> _Work request_:
Give again, word for word, every line below from the one that has "v 6.772 0 87.148" through the one that has "v 34.886 50.8 47.12", both included, and no others.

--------------------------------------------------

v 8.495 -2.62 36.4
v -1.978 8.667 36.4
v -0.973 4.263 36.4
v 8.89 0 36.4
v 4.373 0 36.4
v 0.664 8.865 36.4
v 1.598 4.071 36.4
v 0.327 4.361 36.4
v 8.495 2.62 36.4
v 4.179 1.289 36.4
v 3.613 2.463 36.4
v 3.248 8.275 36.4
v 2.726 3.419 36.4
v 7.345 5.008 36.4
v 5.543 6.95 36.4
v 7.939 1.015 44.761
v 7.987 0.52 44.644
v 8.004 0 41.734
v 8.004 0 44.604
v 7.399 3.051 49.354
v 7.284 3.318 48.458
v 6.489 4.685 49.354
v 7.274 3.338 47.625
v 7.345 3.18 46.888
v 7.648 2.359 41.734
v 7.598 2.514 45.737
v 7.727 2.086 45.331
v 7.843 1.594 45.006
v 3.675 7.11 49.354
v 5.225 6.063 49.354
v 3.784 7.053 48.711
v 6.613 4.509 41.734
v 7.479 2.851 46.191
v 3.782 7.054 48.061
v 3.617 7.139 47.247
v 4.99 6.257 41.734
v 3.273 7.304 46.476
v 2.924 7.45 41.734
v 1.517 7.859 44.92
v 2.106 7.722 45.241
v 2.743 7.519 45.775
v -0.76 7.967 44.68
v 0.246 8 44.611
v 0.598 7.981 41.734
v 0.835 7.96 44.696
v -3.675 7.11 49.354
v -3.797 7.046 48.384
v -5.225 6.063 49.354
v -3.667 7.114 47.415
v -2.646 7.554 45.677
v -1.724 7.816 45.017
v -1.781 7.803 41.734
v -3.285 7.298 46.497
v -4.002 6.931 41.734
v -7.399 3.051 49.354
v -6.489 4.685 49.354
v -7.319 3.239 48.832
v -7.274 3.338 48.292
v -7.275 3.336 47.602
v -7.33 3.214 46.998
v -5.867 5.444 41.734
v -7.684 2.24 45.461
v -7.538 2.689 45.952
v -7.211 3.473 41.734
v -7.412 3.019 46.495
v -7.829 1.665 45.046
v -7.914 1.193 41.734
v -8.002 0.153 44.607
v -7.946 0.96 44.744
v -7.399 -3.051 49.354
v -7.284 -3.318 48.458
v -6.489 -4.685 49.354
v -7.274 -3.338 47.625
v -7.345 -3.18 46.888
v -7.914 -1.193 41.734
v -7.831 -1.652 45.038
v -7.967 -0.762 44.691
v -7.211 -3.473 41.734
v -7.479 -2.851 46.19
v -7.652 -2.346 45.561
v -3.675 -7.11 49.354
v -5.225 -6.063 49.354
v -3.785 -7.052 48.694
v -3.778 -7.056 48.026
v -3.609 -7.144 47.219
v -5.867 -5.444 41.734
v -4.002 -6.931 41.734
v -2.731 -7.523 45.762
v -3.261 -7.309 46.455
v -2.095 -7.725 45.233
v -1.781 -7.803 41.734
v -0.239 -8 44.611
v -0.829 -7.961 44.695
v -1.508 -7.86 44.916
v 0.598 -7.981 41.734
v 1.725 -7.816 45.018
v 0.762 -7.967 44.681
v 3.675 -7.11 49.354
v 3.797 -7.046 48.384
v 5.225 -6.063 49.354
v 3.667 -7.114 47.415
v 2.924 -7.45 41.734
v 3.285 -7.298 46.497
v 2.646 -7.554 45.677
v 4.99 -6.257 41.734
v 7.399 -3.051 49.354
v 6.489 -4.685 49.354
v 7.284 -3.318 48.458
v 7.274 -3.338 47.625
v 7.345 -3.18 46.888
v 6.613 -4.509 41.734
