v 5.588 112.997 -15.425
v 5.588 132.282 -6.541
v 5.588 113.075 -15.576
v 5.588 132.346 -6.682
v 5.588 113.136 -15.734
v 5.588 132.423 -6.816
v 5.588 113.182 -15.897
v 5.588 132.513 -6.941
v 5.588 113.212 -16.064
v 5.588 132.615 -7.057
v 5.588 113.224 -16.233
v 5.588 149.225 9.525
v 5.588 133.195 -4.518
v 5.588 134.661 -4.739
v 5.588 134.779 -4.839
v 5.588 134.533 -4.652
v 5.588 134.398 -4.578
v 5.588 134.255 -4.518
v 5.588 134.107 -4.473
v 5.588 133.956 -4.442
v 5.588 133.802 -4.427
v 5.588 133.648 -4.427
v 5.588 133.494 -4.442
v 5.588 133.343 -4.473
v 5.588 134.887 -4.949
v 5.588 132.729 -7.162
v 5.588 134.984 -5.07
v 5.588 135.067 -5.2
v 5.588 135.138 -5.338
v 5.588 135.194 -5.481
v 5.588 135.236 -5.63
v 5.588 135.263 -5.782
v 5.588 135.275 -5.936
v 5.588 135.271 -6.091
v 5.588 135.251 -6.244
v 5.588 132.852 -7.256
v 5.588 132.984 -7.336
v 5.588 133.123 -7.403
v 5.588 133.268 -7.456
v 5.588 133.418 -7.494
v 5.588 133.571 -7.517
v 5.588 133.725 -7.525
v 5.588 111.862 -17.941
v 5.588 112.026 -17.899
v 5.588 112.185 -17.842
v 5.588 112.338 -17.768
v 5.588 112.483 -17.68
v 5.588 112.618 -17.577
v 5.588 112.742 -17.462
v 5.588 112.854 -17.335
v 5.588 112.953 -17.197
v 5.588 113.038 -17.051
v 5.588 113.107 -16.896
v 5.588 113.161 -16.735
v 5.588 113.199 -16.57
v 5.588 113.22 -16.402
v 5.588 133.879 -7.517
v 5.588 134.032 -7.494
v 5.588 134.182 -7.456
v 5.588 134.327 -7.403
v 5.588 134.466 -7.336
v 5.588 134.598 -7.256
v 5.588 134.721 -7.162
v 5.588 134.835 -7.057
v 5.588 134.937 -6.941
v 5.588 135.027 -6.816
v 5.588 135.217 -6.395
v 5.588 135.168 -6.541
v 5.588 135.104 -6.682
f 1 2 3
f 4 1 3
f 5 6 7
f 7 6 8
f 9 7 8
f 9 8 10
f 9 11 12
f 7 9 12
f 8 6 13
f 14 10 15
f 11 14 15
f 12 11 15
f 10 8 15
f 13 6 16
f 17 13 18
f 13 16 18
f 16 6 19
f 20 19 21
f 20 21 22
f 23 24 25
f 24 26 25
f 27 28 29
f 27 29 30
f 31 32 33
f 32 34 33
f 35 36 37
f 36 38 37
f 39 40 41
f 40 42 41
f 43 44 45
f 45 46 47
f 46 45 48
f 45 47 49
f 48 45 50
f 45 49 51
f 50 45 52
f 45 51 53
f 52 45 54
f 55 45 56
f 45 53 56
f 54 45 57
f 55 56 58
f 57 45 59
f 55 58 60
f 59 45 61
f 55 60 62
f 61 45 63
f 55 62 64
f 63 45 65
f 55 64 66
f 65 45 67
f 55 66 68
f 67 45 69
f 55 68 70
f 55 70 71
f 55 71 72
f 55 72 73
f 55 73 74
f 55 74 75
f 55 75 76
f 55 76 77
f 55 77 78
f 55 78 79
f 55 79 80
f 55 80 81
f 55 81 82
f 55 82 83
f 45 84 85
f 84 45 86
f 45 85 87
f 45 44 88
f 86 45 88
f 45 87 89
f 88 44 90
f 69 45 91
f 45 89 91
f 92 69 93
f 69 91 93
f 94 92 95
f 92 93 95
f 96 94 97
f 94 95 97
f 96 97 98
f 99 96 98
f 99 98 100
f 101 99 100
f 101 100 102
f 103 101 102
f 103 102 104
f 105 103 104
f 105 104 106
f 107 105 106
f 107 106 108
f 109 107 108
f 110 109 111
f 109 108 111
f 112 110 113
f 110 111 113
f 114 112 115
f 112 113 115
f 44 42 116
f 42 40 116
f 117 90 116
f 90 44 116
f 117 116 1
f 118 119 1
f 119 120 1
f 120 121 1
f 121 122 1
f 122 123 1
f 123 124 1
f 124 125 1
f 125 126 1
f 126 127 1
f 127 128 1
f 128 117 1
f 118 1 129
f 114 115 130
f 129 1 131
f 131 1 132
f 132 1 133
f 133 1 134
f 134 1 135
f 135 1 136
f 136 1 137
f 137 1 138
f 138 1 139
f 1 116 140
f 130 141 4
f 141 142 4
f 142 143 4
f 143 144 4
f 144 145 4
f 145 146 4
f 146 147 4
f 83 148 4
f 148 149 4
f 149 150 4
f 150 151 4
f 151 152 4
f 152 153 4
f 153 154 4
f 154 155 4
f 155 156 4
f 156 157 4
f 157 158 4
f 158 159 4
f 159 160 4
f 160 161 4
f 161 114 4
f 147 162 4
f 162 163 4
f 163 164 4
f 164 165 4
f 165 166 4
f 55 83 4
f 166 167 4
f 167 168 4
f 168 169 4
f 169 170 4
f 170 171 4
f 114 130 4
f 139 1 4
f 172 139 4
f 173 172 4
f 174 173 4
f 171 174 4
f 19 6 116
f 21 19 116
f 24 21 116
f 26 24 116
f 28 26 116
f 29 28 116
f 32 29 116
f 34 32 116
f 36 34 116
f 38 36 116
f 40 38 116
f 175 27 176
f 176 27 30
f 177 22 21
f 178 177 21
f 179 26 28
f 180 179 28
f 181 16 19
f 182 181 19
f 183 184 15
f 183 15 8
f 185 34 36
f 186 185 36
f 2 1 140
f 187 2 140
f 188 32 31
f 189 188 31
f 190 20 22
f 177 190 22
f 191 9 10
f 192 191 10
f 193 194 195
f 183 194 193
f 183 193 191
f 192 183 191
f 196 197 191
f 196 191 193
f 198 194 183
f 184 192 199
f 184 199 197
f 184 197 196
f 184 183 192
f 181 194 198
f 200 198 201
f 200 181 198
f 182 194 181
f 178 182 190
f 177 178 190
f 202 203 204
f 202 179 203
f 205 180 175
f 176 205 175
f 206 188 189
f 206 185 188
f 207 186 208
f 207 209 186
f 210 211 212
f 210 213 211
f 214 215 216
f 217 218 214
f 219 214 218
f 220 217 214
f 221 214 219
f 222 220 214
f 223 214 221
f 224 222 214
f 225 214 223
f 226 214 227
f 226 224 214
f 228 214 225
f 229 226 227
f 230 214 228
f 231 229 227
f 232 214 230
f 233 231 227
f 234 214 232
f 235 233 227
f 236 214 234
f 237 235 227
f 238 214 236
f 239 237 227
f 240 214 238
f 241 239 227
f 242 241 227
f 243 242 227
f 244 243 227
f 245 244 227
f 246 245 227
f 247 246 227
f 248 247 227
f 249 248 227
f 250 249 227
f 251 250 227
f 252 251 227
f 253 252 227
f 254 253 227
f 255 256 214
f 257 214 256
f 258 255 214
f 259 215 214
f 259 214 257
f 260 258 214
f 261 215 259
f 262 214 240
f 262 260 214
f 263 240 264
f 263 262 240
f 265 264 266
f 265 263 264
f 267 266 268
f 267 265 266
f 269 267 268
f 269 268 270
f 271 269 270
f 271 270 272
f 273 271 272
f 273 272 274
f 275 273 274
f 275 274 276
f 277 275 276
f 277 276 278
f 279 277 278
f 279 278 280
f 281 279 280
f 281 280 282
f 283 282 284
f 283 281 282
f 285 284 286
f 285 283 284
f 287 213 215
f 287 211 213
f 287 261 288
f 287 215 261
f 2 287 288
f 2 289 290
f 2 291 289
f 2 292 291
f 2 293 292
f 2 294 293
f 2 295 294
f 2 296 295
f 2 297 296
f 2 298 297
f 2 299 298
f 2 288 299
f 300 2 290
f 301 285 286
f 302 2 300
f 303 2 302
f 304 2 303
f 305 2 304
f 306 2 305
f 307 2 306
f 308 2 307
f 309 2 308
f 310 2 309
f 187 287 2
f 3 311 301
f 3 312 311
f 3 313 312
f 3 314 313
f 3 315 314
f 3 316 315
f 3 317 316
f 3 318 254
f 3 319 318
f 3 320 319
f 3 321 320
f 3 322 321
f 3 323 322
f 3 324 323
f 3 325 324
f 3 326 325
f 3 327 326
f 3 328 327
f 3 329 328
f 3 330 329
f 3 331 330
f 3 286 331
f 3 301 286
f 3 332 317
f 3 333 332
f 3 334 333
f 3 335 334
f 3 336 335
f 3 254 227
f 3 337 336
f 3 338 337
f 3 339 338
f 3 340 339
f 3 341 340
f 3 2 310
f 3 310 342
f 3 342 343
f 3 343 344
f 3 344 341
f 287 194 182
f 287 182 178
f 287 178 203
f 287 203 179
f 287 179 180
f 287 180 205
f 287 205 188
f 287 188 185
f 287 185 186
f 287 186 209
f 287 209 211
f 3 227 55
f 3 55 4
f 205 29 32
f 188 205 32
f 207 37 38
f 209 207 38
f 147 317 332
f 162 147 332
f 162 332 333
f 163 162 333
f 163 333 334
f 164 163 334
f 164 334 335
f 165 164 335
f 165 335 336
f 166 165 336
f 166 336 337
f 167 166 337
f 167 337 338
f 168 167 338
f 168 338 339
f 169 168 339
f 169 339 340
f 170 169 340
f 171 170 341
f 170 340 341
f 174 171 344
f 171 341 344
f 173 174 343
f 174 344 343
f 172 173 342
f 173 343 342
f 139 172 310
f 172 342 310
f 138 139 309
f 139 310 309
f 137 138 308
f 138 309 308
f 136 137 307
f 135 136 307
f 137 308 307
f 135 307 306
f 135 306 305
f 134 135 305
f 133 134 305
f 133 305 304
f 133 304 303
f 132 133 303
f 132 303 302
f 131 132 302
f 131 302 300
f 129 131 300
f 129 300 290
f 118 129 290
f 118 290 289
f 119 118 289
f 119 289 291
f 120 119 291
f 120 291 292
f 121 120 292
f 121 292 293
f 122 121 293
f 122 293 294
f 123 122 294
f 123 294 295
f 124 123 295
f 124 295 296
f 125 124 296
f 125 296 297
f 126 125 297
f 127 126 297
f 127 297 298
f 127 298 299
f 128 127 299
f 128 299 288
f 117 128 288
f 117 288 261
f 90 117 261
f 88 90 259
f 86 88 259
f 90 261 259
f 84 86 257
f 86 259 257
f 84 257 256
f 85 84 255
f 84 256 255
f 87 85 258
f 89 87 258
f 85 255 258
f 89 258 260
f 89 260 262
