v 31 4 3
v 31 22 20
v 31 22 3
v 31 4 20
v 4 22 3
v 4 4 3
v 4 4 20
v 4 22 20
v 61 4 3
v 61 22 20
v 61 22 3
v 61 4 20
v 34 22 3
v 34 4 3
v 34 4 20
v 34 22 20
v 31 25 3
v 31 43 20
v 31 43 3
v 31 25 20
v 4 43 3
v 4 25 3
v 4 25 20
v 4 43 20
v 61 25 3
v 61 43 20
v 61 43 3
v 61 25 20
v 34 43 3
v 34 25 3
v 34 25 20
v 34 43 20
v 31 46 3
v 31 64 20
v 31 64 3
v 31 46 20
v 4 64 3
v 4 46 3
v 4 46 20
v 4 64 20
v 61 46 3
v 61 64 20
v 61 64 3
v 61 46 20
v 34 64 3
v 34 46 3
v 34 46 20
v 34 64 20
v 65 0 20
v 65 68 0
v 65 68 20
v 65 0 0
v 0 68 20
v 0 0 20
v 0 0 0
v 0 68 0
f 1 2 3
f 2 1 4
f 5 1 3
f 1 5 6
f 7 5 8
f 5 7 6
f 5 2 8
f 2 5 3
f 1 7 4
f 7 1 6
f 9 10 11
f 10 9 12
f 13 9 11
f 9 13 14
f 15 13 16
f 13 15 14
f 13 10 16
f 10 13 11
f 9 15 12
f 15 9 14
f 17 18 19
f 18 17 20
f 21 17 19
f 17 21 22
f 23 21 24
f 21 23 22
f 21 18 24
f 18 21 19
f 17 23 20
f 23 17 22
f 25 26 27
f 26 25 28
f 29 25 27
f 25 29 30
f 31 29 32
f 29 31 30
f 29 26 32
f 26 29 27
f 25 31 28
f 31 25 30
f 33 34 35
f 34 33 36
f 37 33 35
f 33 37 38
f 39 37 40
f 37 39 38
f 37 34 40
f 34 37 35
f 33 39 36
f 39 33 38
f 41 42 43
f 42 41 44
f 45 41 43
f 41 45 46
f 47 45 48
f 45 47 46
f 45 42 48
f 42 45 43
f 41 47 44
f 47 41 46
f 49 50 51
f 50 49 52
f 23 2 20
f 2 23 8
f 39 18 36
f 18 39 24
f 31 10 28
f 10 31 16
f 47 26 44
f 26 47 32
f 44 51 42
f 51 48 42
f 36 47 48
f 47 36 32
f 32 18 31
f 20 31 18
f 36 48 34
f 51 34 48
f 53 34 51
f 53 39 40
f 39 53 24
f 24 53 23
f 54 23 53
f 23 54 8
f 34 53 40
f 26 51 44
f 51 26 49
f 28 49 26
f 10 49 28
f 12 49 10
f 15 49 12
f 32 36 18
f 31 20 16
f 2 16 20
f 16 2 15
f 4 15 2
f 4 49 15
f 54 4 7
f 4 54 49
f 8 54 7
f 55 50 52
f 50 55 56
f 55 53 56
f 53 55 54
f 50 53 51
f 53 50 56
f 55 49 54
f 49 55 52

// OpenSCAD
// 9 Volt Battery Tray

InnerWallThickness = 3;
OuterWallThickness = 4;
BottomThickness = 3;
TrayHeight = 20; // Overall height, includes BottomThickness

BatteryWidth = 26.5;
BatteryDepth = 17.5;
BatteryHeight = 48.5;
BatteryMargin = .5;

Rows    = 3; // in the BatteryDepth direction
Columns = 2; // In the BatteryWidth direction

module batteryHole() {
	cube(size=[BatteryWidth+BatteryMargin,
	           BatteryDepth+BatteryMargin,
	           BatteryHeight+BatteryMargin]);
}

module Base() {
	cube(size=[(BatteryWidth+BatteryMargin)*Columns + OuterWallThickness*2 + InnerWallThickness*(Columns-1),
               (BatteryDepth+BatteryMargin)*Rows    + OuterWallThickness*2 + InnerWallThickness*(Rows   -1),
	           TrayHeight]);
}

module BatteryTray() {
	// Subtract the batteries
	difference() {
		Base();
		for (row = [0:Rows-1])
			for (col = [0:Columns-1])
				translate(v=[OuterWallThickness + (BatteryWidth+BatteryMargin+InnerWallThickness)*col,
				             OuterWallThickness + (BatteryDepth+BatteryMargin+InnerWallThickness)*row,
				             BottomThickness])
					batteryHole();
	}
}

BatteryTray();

--------------------------------------------------

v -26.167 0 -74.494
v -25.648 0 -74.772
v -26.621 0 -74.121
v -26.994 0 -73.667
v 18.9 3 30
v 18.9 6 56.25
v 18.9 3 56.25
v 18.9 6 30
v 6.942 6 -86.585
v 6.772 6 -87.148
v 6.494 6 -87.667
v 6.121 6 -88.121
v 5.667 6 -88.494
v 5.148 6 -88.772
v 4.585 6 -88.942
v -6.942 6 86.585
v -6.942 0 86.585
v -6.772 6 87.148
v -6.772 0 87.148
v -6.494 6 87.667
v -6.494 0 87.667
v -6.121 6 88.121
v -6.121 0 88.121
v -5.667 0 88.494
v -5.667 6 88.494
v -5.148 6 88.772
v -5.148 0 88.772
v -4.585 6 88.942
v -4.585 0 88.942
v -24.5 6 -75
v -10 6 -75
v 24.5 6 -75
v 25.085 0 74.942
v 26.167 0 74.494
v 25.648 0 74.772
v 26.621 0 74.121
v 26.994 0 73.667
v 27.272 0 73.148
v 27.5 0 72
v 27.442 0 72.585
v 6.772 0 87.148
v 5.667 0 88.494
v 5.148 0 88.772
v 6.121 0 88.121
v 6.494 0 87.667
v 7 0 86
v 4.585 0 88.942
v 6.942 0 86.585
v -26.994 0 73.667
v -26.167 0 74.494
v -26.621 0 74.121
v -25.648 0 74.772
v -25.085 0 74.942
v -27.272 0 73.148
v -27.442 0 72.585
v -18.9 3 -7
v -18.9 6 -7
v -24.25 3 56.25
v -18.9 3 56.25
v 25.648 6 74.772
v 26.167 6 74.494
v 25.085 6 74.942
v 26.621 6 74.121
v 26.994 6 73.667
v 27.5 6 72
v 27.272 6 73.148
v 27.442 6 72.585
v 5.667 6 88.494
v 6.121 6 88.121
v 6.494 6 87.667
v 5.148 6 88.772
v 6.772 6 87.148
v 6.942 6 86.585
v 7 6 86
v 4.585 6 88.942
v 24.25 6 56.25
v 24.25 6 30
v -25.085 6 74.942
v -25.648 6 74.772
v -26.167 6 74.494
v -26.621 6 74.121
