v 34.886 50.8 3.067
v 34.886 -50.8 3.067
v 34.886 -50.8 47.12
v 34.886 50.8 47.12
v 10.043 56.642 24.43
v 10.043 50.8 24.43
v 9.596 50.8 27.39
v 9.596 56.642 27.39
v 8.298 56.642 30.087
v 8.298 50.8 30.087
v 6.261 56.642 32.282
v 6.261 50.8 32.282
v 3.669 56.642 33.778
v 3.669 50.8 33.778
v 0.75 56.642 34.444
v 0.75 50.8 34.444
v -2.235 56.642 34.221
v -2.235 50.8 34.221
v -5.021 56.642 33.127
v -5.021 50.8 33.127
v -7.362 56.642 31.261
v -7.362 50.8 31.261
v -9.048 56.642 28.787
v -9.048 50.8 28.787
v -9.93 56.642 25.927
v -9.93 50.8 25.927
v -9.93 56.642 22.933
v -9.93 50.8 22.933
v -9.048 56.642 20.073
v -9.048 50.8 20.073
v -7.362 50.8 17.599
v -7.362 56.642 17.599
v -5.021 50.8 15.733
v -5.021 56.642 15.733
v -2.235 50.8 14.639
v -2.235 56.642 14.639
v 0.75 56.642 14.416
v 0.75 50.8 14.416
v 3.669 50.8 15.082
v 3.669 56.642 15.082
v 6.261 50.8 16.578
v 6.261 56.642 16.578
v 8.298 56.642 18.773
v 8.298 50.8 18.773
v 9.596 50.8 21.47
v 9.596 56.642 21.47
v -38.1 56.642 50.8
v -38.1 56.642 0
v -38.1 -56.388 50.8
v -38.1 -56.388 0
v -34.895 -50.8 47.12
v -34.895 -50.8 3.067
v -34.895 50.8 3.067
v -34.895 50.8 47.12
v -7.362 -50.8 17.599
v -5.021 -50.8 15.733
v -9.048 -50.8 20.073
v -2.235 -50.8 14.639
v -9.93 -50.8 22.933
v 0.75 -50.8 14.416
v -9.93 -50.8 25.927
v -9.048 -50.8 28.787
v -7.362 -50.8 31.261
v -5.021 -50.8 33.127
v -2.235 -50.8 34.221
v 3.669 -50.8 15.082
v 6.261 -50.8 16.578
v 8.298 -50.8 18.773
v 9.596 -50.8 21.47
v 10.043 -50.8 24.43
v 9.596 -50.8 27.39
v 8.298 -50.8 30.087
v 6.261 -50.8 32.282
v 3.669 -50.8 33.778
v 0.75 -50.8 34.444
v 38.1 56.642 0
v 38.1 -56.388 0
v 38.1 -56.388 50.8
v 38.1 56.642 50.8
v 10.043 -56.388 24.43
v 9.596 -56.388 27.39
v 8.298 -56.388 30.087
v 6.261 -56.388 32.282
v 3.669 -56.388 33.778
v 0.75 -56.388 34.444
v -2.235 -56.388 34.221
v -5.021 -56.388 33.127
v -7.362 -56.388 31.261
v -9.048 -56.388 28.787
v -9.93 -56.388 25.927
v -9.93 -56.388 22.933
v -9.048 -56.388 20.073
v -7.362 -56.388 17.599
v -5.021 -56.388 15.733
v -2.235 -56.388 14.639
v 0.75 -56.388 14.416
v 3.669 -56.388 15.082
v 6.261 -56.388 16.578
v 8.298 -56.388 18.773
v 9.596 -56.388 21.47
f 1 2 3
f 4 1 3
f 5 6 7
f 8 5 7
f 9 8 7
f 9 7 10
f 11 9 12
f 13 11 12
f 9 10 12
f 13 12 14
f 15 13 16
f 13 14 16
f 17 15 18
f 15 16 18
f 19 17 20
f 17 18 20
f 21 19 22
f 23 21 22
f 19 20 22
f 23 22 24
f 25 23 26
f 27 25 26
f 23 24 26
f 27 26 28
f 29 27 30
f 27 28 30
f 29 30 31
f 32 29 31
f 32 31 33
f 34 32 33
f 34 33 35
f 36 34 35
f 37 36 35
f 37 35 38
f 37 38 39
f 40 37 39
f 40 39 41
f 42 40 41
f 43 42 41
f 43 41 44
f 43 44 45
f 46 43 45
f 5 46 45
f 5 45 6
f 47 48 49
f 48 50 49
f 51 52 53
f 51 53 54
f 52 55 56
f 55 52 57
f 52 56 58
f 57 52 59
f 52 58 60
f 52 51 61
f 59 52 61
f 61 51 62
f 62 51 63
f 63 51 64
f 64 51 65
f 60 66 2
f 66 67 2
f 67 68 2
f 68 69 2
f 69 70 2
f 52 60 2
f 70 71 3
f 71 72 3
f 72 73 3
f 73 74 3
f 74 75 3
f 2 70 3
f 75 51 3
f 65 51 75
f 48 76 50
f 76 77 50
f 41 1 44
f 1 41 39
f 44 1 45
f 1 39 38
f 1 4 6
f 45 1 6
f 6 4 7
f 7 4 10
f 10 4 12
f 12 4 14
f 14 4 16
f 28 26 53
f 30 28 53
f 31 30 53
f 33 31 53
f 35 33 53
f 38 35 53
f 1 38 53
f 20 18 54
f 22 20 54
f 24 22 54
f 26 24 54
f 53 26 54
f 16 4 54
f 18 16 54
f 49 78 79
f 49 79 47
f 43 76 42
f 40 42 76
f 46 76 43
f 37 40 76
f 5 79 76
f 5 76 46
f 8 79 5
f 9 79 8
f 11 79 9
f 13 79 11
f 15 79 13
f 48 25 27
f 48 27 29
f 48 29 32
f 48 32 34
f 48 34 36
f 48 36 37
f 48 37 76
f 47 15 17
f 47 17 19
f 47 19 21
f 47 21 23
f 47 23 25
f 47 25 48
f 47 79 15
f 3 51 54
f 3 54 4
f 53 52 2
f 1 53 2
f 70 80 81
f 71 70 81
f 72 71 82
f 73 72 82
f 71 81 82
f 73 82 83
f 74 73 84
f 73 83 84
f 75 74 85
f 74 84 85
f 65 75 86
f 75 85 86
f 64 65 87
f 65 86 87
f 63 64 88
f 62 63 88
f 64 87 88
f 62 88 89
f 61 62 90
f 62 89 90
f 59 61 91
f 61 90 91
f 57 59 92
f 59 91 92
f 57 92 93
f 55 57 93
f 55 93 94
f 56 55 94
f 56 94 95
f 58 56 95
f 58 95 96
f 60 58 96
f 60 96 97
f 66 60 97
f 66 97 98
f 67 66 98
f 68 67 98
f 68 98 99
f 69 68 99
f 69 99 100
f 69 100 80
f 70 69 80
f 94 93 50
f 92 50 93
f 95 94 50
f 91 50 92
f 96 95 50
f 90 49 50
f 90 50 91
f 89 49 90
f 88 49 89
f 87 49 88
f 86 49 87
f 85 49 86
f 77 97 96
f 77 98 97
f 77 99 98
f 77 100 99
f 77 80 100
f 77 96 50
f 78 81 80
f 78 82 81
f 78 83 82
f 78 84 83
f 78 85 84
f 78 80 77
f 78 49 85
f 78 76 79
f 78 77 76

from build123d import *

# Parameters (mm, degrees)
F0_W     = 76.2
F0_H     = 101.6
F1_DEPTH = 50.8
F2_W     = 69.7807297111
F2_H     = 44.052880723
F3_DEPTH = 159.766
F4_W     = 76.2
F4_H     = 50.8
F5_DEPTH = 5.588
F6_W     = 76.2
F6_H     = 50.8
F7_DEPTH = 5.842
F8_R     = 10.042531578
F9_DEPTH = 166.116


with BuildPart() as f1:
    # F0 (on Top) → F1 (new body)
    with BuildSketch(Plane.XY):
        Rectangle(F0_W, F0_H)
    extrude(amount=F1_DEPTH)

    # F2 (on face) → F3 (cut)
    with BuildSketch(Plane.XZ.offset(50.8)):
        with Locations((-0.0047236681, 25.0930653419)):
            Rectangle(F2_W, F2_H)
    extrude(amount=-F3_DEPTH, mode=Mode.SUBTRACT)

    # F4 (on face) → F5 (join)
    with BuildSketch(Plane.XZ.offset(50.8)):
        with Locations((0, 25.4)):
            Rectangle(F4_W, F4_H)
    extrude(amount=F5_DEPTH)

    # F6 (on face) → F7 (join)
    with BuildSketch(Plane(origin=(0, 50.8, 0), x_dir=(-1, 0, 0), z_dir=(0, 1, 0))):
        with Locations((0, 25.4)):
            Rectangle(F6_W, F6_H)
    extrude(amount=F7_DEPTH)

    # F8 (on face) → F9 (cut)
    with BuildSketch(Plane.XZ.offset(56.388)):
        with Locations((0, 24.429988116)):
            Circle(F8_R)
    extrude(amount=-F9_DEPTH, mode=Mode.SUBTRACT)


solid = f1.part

--------------------------------------------------

> _Output below_:
v 6.772 0 87.148
v 5.667 0 88.494
v 5.148 0 88.772
v 6.121 0 88.121
v 6.494 0 87.667
v 7 0 86
v 4.585 0 88.942
v 6.942 0 86.585
v -26.994 0 73.667
v -26.167 0 74.494
v -26.621 0 74.121
v -25.648 0 74.772
v -25.085 0 74.942
v -27.272 0 73.148
v -27.442 0 72.585
v -18.9 3 -7
v -18.9 6 -7
v -24.25 3 56.25
v -18.9 3 56.25
v 25.648 6 74.772
v 26.167 6 74.494
v 25.085 6 74.942
v 26.621 6 74.121
v 26.994 6 73.667
v 27.5 6 72
v 27.272 6 73.148
v 27.442 6 72.585
v 5.667 6 88.494
v 6.121 6 88.121
v 6.494 6 87.667
v 5.148 6 88.772
v 6.772 6 87.148
v 6.942 6 86.585
v 7 6 86
v 4.585 6 88.942
v 24.25 6 56.25
v 24.25 6 30
v -25.085 6 74.942
v -25.648 6 74.772
v -26.167 6 74.494
v -26.621 6 74.121
v 34.886 50.8 3.067
v 34.886 -50.8 3.067
v 34.886 -50.8 47.12
v 34.886 50.8 47.12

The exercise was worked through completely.